Creí conveniente que fueran ellos los que siguieran con las pesquisas.
Yo avance hacia el dormitorio. Antes de entrar, uno de los compañeros que
salía me dijo: «tres
impactos, dos mortales de necesidad». Efectivamente, la cuarta de las balas solo le
había rozado ligeramente un brazo y se había alojado en la pared trasera. Tendido
en el suelo, una gran mancha de sangre emergía de debajo del cuerpo. El forense
tomaba alguna muestra y se giró al notar mi presencia.
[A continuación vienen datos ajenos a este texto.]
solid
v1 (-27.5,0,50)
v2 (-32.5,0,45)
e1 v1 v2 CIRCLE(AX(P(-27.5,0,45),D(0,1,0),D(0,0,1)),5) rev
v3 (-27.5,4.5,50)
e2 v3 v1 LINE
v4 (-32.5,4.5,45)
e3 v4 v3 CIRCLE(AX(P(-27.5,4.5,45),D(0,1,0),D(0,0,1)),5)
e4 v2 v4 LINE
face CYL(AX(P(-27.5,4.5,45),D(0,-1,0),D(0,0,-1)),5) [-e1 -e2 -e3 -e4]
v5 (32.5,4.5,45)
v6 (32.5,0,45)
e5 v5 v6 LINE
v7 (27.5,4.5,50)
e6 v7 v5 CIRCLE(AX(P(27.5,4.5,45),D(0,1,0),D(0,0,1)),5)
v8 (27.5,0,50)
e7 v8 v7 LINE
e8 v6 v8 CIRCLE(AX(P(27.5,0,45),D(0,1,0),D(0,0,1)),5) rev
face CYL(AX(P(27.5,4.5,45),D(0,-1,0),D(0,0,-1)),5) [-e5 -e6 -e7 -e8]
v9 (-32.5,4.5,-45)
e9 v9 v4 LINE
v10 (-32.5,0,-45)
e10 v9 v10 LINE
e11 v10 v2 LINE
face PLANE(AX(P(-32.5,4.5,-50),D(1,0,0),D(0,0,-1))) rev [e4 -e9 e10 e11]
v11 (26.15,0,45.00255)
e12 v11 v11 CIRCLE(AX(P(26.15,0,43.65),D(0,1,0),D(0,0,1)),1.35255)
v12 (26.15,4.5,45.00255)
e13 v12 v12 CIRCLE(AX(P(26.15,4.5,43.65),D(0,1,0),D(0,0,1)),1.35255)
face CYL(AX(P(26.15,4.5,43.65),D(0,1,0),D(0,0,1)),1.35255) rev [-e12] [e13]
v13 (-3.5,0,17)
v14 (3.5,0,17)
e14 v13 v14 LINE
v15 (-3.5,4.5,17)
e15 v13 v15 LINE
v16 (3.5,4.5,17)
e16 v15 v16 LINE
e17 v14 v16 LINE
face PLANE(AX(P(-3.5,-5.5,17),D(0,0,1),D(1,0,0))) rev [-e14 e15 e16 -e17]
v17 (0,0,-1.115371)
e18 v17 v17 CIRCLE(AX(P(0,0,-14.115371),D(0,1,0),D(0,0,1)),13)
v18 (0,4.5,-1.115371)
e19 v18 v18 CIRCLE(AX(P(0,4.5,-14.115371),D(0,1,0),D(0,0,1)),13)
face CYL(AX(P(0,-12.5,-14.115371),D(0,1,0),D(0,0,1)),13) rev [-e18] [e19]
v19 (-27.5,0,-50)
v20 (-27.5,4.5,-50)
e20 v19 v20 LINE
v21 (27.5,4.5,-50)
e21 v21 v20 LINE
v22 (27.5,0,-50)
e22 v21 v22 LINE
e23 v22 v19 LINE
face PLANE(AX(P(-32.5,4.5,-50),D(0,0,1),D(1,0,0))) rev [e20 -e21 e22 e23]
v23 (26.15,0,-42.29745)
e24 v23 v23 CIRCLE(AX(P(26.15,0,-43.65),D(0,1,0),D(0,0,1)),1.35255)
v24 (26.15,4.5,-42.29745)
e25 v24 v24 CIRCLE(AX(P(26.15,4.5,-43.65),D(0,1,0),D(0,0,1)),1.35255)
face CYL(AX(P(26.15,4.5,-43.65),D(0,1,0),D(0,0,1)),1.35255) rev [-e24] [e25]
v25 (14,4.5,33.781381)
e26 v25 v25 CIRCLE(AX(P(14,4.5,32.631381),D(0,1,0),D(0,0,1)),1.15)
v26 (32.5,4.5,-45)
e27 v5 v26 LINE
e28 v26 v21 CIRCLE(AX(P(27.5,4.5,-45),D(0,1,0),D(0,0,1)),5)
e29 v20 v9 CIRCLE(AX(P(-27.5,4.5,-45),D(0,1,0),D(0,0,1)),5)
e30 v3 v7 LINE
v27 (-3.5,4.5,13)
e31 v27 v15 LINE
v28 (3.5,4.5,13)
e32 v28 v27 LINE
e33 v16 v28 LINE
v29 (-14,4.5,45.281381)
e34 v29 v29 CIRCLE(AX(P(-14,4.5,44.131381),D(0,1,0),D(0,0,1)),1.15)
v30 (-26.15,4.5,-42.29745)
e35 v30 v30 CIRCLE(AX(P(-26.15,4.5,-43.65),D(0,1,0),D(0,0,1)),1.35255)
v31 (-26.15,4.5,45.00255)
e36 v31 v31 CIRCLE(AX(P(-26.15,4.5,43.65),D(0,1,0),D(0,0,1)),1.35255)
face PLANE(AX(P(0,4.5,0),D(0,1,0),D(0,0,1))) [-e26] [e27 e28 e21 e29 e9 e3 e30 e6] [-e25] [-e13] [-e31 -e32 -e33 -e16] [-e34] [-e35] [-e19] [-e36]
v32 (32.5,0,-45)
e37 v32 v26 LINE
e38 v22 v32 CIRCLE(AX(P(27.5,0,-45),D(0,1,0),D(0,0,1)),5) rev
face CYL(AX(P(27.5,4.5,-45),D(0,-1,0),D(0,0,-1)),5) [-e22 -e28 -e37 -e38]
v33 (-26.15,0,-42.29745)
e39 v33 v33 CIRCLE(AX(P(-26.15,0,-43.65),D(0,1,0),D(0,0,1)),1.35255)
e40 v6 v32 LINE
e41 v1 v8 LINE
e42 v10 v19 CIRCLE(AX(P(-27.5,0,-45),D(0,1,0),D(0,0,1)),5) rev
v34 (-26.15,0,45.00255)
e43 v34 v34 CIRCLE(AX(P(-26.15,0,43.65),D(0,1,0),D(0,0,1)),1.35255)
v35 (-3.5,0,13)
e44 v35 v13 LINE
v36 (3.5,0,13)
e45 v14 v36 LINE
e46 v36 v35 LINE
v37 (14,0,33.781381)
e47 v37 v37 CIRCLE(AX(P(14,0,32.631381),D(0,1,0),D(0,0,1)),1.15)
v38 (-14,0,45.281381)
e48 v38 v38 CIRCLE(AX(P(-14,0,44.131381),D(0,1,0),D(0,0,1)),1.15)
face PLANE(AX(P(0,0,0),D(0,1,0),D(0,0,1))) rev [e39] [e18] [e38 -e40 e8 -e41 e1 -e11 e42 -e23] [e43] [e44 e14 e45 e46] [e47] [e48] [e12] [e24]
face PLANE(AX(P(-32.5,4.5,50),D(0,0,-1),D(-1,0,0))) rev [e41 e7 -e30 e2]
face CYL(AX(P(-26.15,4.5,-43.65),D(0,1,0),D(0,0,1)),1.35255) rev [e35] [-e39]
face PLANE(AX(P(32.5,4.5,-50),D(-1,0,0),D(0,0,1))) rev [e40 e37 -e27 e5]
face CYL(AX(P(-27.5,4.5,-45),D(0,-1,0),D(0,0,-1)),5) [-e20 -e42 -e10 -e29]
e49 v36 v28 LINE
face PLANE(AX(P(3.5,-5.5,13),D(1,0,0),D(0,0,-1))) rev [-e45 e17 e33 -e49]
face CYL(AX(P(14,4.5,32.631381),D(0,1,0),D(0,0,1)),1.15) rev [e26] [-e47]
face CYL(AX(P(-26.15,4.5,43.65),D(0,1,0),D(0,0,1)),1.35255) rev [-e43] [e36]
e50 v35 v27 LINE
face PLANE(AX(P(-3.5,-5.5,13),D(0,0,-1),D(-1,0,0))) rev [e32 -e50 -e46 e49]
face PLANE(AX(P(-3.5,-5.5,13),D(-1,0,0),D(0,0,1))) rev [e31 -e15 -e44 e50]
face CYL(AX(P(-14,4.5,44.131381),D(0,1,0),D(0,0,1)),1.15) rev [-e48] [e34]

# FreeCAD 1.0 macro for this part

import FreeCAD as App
import Part
import Sketcher
from FreeCAD import Vector


def edges_at(feature, points):
    """Names of the edges that pass closest to the given points."""
    edges = feature.Shape.Edges
    near = lambda p: min(range(len(edges)), key=lambda i: edges[i].distToShape(Part.Vertex(*p))[0])
    return sorted({f"Edge{near(p) + 1}" for p in points})

doc = App.newDocument("Part")
body = doc.addObject("PartDesign::Body", "Body")

# Sketch on XZ plane
sketch1 = body.newObject("Sketcher::SketchObject", "Sketch")
sketch1.AttachmentSupport = (doc.getObject("XZ_Plane"), [""])
sketch1.MapMode = "FlatFace"
sketch1.addGeometry(Part.LineSegment(Vector(-32, -50, 0), Vector(-32, 50, 0)), False)
sketch1.addGeometry(Part.LineSegment(Vector(-32, 50, 0), Vector(32, 50, 0)), False)
sketch1.addGeometry(Part.LineSegment(Vector(32, 50, 0), Vector(32, -50, 0)), False)
sketch1.addGeometry(Part.LineSegment(Vector(32, -50, 0), Vector(-32, -50, 0)), False)
sketch1.addConstraint(Sketcher.Constraint("Coincident", 0, 2, 1, 1))
sketch1.addConstraint(Sketcher.Constraint("Coincident", 1, 2, 2, 1))
sketch1.addConstraint(Sketcher.Constraint("Coincident", 2, 2, 3, 1))
sketch1.addConstraint(Sketcher.Constraint("Coincident", 3, 2, 0, 1))
sketch1.addConstraint(Sketcher.Constraint("Vertical", 0))
sketch1.addConstraint(Sketcher.Constraint("Horizontal", 1))
sketch1.addConstraint(Sketcher.Constraint("Vertical", 2))
sketch1.addConstraint(Sketcher.Constraint("Horizontal", 3))
sketch1.addConstraint(Sketcher.Constraint("Symmetric", 0, 2, 2, 2, -1, 1))
sketch1.addConstraint(Sketcher.Constraint("DistanceX", 1, 1, 1, 2, 65.0))
sketch1.addConstraint(Sketcher.Constraint("DistanceY", 0, 1, 0, 2, 100.0))
pad1 = body.newObject("PartDesign::Pad", "Pad")
pad1.Profile = sketch1
pad1.Length = 4.5
pad1.Reversed = True

# Sketch on XZ plane
sketch2 = body.newObject("Sketcher::SketchObject", "Sketch001")
sketch2.AttachmentSupport = (doc.getObject("XZ_Plane"), [""])
sketch2.MapMode = "FlatFace"
sketch2.AttachmentOffset = App.Placement(Vector(0, 0, -4.5), App.Rotation())
sketch2.addGeometry(Part.Circle(Vector(-26.1, -43.6, 0), Vector(0, 0, 1), 1.4), False)
sketch2.addGeometry(Part.Circle(Vector(26.1, -43.6, 0), Vector(0, 0, 1), 1.4), False)
sketch2.addGeometry(Part.Circle(Vector(26.1, 43.6, 0), Vector(0, 0, 1), 1.4), False)
sketch2.addGeometry(Part.Circle(Vector(-26.1, 43.6, 0), Vector(0, 0, 1), 1.4), False)
sketch2.addConstraint(Sketcher.Constraint("Equal", 0, 1))
sketch2.addConstraint(Sketcher.Constraint("Equal", 1, 2))
sketch2.addConstraint(Sketcher.Constraint("Equal", 2, 3))
sketch2.addConstraint(Sketcher.Constraint("Symmetric", 0, 3, 2, 3, -1, 1))
sketch2.addConstraint(Sketcher.Constraint("Symmetric", 1, 3, 3, 3, -1, 1))
sketch2.addConstraint(Sketcher.Constraint("Symmetric", 0, 3, 1, 3, -2))
sketch2.addConstraint(Sketcher.Constraint("Diameter", 0, 2.7051))
sketch2.addConstraint(Sketcher.Constraint("DistanceX", 0, 3, 1, 3, 52.3))
sketch2.addConstraint(Sketcher.Constraint("DistanceY", 1, 3, 2, 3, 87.3))
doc.recompute()
hole = body.newObject("PartDesign::Hole", "Hole")
hole.Profile = sketch2
hole.ThreadType = "None"
hole.Diameter = 2.7051
hole.DepthType = "ThroughAll"
hole.Reversed = True
doc.recompute()

fillet = body.newObject("PartDesign::Fillet", "Fillet")
fillet.Base = (hole, edges_at(hole, [
    (32.5, 2.25, 50),
    (-32.5, 2.25, 50),
    (-32.5, 2.25, -50),
    (32.5, 2.25, -50),
]))
fillet.Radius = 5

# Sketch on XZ plane
sketch3 = body.newObject("Sketcher::SketchObject", "Sketch002")
sketch3.AttachmentSupport = (doc.getObject("XZ_Plane"), [""])
sketch3.MapMode = "FlatFace"
sketch3.AttachmentOffset = App.Placement(Vector(0, 0, -4.5), App.Rotation())
sketch3.addGeometry(Part.Circle(Vector(14, 32.6, 0), Vector(0, 0, 1), 1.1), False)
sketch3.addGeometry(Part.Circle(Vector(-14, 44.1, 0), Vector(0, 0, 1), 1.1), False)
sketch3.addConstraint(Sketcher.Constraint("Equal", 0, 1))
sketch3.addConstraint(Sketcher.Constraint("Diameter", 0, 2.3))
sketch3.addConstraint(Sketcher.Constraint("DistanceX", -1, 1, 0, 3, 14.0))
sketch3.addConstraint(Sketcher.Constraint("DistanceX", 1, 3, -1, 1, 14.0))
sketch3.addConstraint(Sketcher.Constraint("DistanceY", 0, 3, 1, 3, 11.5))
sketch3.addConstraint(Sketcher.Constraint("DistanceY", -1, 1, 0, 3, 32.631381))
doc.recompute()
hole2 = body.newObject("PartDesign::Hole", "Hole001")
hole2.Profile = sketch3
hole2.ThreadType = "None"
hole2.Diameter = 2.3
hole2.DepthType = "Dimension"
hole2.Depth = 4.5
hole2.DrillPoint = "Angled"
hole2.DrillPointAngle = 118
hole2.Reversed = True

# Sketch on XZ plane
sketch4 = body.newObject("Sketcher::SketchObject", "Sketch003")
sketch4.AttachmentSupport = (doc.getObject("XZ_Plane"), [""])
sketch4.MapMode = "FlatFace"
sketch4.AttachmentOffset = App.Placement(Vector(0, 0, -4.5), App.Rotation())
sketch4.addGeometry(Part.LineSegment(Vector(-3.5, 13, 0), Vector(-3.5, 17, 0)), False)
sketch4.addGeometry(Part.LineSegment(Vector(-3.5, 17, 0), Vector(3.5, 17, 0)), False)
sketch4.addGeometry(Part.LineSegment(Vector(3.5, 17, 0), Vector(3.5, 13, 0)), False)
sketch4.addGeometry(Part.LineSegment(Vector(3.5, 13, 0), Vector(-3.5, 13, 0)), False)
sketch4.addConstraint(Sketcher.Constraint("Coincident", 0, 2, 1, 1))
sketch4.addConstraint(Sketcher.Constraint("Coincident", 1, 2, 2, 1))
sketch4.addConstraint(Sketcher.Constraint("Coincident", 2, 2, 3, 1))
sketch4.addConstraint(Sketcher.Constraint("Coincident", 3, 2, 0, 1))
sketch4.addConstraint(Sketcher.Constraint("Vertical", 0))
sketch4.addConstraint(Sketcher.Constraint("Horizontal", 1))
sketch4.addConstraint(Sketcher.Constraint("Vertical", 2))
sketch4.addConstraint(Sketcher.Constraint("Horizontal", 3))
sketch4.addConstraint(Sketcher.Constraint("DistanceX", 1, 1, 1, 2, 7.0))
sketch4.addConstraint(Sketcher.Constraint("DistanceY", 0, 1, 0, 2, 4.0))
sketch4.addConstraint(Sketcher.Constraint("DistanceY", -1, 1, 0, 2, 17.0))
sketch4.addConstraint(Sketcher.Constraint("DistanceX", 0, 2, -1, 1, 3.5))
pocket1 = body.newObject("PartDesign::Pocket", "Pocket")
pocket1.Profile = sketch4
pocket1.Length = 10
pocket1.Reversed = True

# Sketch on XZ plane
sketch5 = body.newObject("Sketcher::SketchObject", "Sketch004")
sketch5.AttachmentSupport = (doc.getObject("XZ_Plane"), [""])
sketch5.MapMode = "FlatFace"
sketch5.AttachmentOffset = App.Placement(Vector(0, 0, -4.5), App.Rotation())
sketch5.addGeometry(Part.Circle(Vector(0, -14, 0), Vector(0, 0, 1), 13), False)
sketch5.addConstraint(Sketcher.Constraint("PointOnObject", 0, 3, -2))
sketch5.addConstraint(Sketcher.Constraint("Diameter", 0, 26.0))
sketch5.addConstraint(Sketcher.Constraint("DistanceY", 0, 3, -1, 1, 14.115371))
pocket2 = body.newObject("PartDesign::Pocket", "Pocket001")
pocket2.Profile = sketch5
pocket2.Length = 17
pocket2.Reversed = True

doc.recompute()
Muerte instantánea dijo
corroborando lo que era evidente. Sonreí de manera apenas perceptible, pero él,
como buen observador preguntó que me hacía gracia. Hice un ligero gesto como
quitándole importancia, saqué la pistola y se la tendí. Embólsala, cuando
extraigas las balas, verás que coinciden con esta arma. Su cara era un poema,
me giré y salí del escenario del crimen, no era cuestión de complicar más la
situación.
Aquel cabrón se había librado tres veces de entrar en prisión, siempre
tenía un as en la manga, una cuartada que tiraba por tierra las demás pruebas. Lo
vi de casualidad en el aparcamiento de una gran superficie. Estaba al acecho, observando
a una mujer, comenzó a seguirla.
Llevaba varios días comiendo, durmiendo y hasta orinando en el coche, sin perderlo de vista. Sabía que tarde o temprano pasaría a la acción. Le dejé el tiempo justo para que entrara en la casa y atacara a su nueva víctima. Después de los cuatro tiros me fui a la cafetería más cercana y me comí un pincho de tortilla con una cerveza. La quinta bala se la hubiera metido entre ceja y ceja, pero eso también habría sido complicar más la situación.